= Geographic contiguity =

Land divisions not interrupted by other land or water

Åland, the autonomous region of Finland, and the Turku archipelago belonging to the rest of Finland in the Archipelago Sea.

Geographic contiguity is the characteristic in geography of political or geographical land divisions, as a group, not being interrupted by other land or water. Such divisions are referred to as being contiguous. In the United States, for example, the "48 contiguous states" excludes Hawaii and Alaska, which do not share borders with other U.S. states. Other examples of geographical contiguity might include the "contiguous European Union" excluding member states such as Ireland, Sweden, Finland (between Åland and Turku Archipelago), Malta and Cyprus (these being non-contiguous), or the "contiguous United Kingdom" referring to all parts of the country excepting Northern Ireland (it being geographically non-contiguous). Two or more contiguous municipalities can be consolidated into one, or one municipality can consist of many non-contiguous elements. For example, the Financially Distressed Municipalities Act allows the commonwealth of Pennsylvania to merge contiguous municipalities to reduce financial distress.

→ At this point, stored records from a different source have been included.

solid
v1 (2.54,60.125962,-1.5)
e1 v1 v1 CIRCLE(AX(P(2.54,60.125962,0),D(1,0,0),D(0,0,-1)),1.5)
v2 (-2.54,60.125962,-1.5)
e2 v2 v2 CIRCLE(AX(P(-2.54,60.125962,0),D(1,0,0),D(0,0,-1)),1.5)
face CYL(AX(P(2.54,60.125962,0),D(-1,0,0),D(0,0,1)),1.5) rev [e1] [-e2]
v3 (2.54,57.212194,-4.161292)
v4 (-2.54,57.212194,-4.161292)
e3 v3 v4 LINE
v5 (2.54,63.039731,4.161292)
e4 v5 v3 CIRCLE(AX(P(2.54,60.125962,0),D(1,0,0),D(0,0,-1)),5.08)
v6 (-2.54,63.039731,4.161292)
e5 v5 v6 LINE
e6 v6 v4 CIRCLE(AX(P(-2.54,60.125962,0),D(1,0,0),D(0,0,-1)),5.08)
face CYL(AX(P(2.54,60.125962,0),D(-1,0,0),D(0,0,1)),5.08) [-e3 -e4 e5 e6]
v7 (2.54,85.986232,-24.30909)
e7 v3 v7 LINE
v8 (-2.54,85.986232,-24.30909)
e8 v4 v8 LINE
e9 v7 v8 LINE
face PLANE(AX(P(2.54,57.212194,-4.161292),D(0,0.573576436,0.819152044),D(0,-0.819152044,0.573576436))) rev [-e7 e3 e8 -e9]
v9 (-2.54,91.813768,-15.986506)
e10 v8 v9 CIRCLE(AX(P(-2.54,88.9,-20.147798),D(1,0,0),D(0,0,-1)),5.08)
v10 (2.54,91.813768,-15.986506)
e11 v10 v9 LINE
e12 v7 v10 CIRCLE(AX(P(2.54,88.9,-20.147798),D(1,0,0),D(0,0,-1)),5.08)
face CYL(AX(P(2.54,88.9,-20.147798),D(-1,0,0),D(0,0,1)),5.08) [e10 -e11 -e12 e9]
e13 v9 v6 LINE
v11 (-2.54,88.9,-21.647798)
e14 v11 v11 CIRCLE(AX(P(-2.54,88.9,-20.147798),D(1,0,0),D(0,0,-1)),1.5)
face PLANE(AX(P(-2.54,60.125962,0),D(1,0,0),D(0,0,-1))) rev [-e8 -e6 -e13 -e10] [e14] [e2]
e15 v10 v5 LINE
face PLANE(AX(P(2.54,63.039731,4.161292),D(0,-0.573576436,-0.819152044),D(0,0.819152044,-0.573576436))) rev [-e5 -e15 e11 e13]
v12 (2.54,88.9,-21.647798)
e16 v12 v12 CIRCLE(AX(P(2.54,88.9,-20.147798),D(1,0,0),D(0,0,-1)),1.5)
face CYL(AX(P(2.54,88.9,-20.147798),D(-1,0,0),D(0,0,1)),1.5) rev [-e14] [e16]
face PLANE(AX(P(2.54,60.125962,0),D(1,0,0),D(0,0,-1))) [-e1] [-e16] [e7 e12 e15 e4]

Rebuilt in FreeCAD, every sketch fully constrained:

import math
import FreeCAD as App
import Part
import Sketcher
Q = App.Units.Quantity

doc = App.newDocument("Part")
params = doc.addObject("Spreadsheet::Sheet", "Params")
for row, (alias, value) in enumerate([
    ("sketch1_radius", "0.2 in"),
    ("pad1_length", "0.2 in"),
], start=1):
    params.set(f"A{row}", alias)
    params.set(f"B{row}", "=" + value)
    params.setAlias(f"B{row}", alias)

body = doc.addObject("PartDesign::Body", "Body")

sketch1 = doc.addObject("Sketcher::SketchObject", "Sketch")
body.addObject(sketch1)
sketch1.AttachmentSupport = (doc.YZ_Plane, [""])
sketch1.MapMode = "FlatFace"
sketch1.addGeometry([
    Part.LineSegment(App.Vector(91.8, -16, 0), App.Vector(63, 4.2, 0)),
    Part.ArcOfCircle(Part.Circle(App.Vector(60.1, 0, 0), App.Vector(0, 0, 1), 5.1), math.radians(55), math.radians(235)),
    Part.LineSegment(App.Vector(57.2, -4.2, 0), App.Vector(86, -24.3, 0)),
    Part.ArcOfCircle(Part.Circle(App.Vector(88.9, -20.1, 0), App.Vector(0, 0, 1), 5.1), math.radians(-125), math.radians(55)),
    Part.Circle(App.Vector(60.1, 0, 0), App.Vector(0, 0, 1), 1.5),
    Part.Circle(App.Vector(88.9, -20.1, 0), App.Vector(0, 0, 1), 1.5),
], False)
sketch1.addConstraint([
    Sketcher.Constraint("Tangent", 0, 2, 1, 1),
    Sketcher.Constraint("Tangent", 1, 2, 2, 1),
    Sketcher.Constraint("Tangent", 2, 2, 3, 1),
    Sketcher.Constraint("Tangent", 3, 2, 0, 1),
    Sketcher.Constraint("Coincident", 4, 3, 1, 3),
    Sketcher.Constraint("Coincident", 5, 3, 3, 3),
    Sketcher.Constraint("Equal", 1, 3),
    Sketcher.Constraint("Equal", 4, 5),
    Sketcher.Constraint("PointOnObject", 1, 3, -1),
    Sketcher.Constraint("Radius", 1, Q("0.2 in")),
    Sketcher.Constraint("Angle", 0, Q("145 deg")),
    Sketcher.Constraint("DistanceX", -1, 1, 3, 3, Q("3.5 in")),
    Sketcher.Constraint("Diameter", 4, 3.0),
    Sketcher.Constraint("DistanceY", 3, 3, -1, 1, 20.147798),
])
sketch1.setExpression("Constraints[9]", "Params.sketch1_radius")
pad1 = doc.addObject("PartDesign::Pad", "Pad")
body.addObject(pad1)
pad1.Profile = sketch1
pad1.setExpression("Length", "Params.pad1_length")
pad1.Midplane = True

doc.recompute()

Geographic contiguity is important in biology, especially animal ranges. For a particular species, its habitat may be a 'contiguous range', or it might be broken, requiring periodic, typically seasonal migrations (see: Disjunct distribution). The same concept of contiguous range is true for human transportation studies in an attempt to understand census geography. It also comes into play with electoral geography and politics. In United States real property and mineral rights law, touching of two tracts at a common corner (as checkerboarded land) is generally considered contiguous.

== Non-contiguity ==

Regions that are administered as one, but do not form a single integral landmass on the map, are referred to as non-contiguous regions. Examples include Angola, divided into the mainland and the Cabinda exclave to the north, and various non-contiguous transcontinental countries. The designation is not normally used for island nations.

The concept of geographic contiguity has recently been applied to describe the Anglosphere as a non-contiguous region united by shared linguistic, cultural, and historical ties. This perspective introduces a novel regional approach, emphasizing interconnectedness across geographically dispersed nations.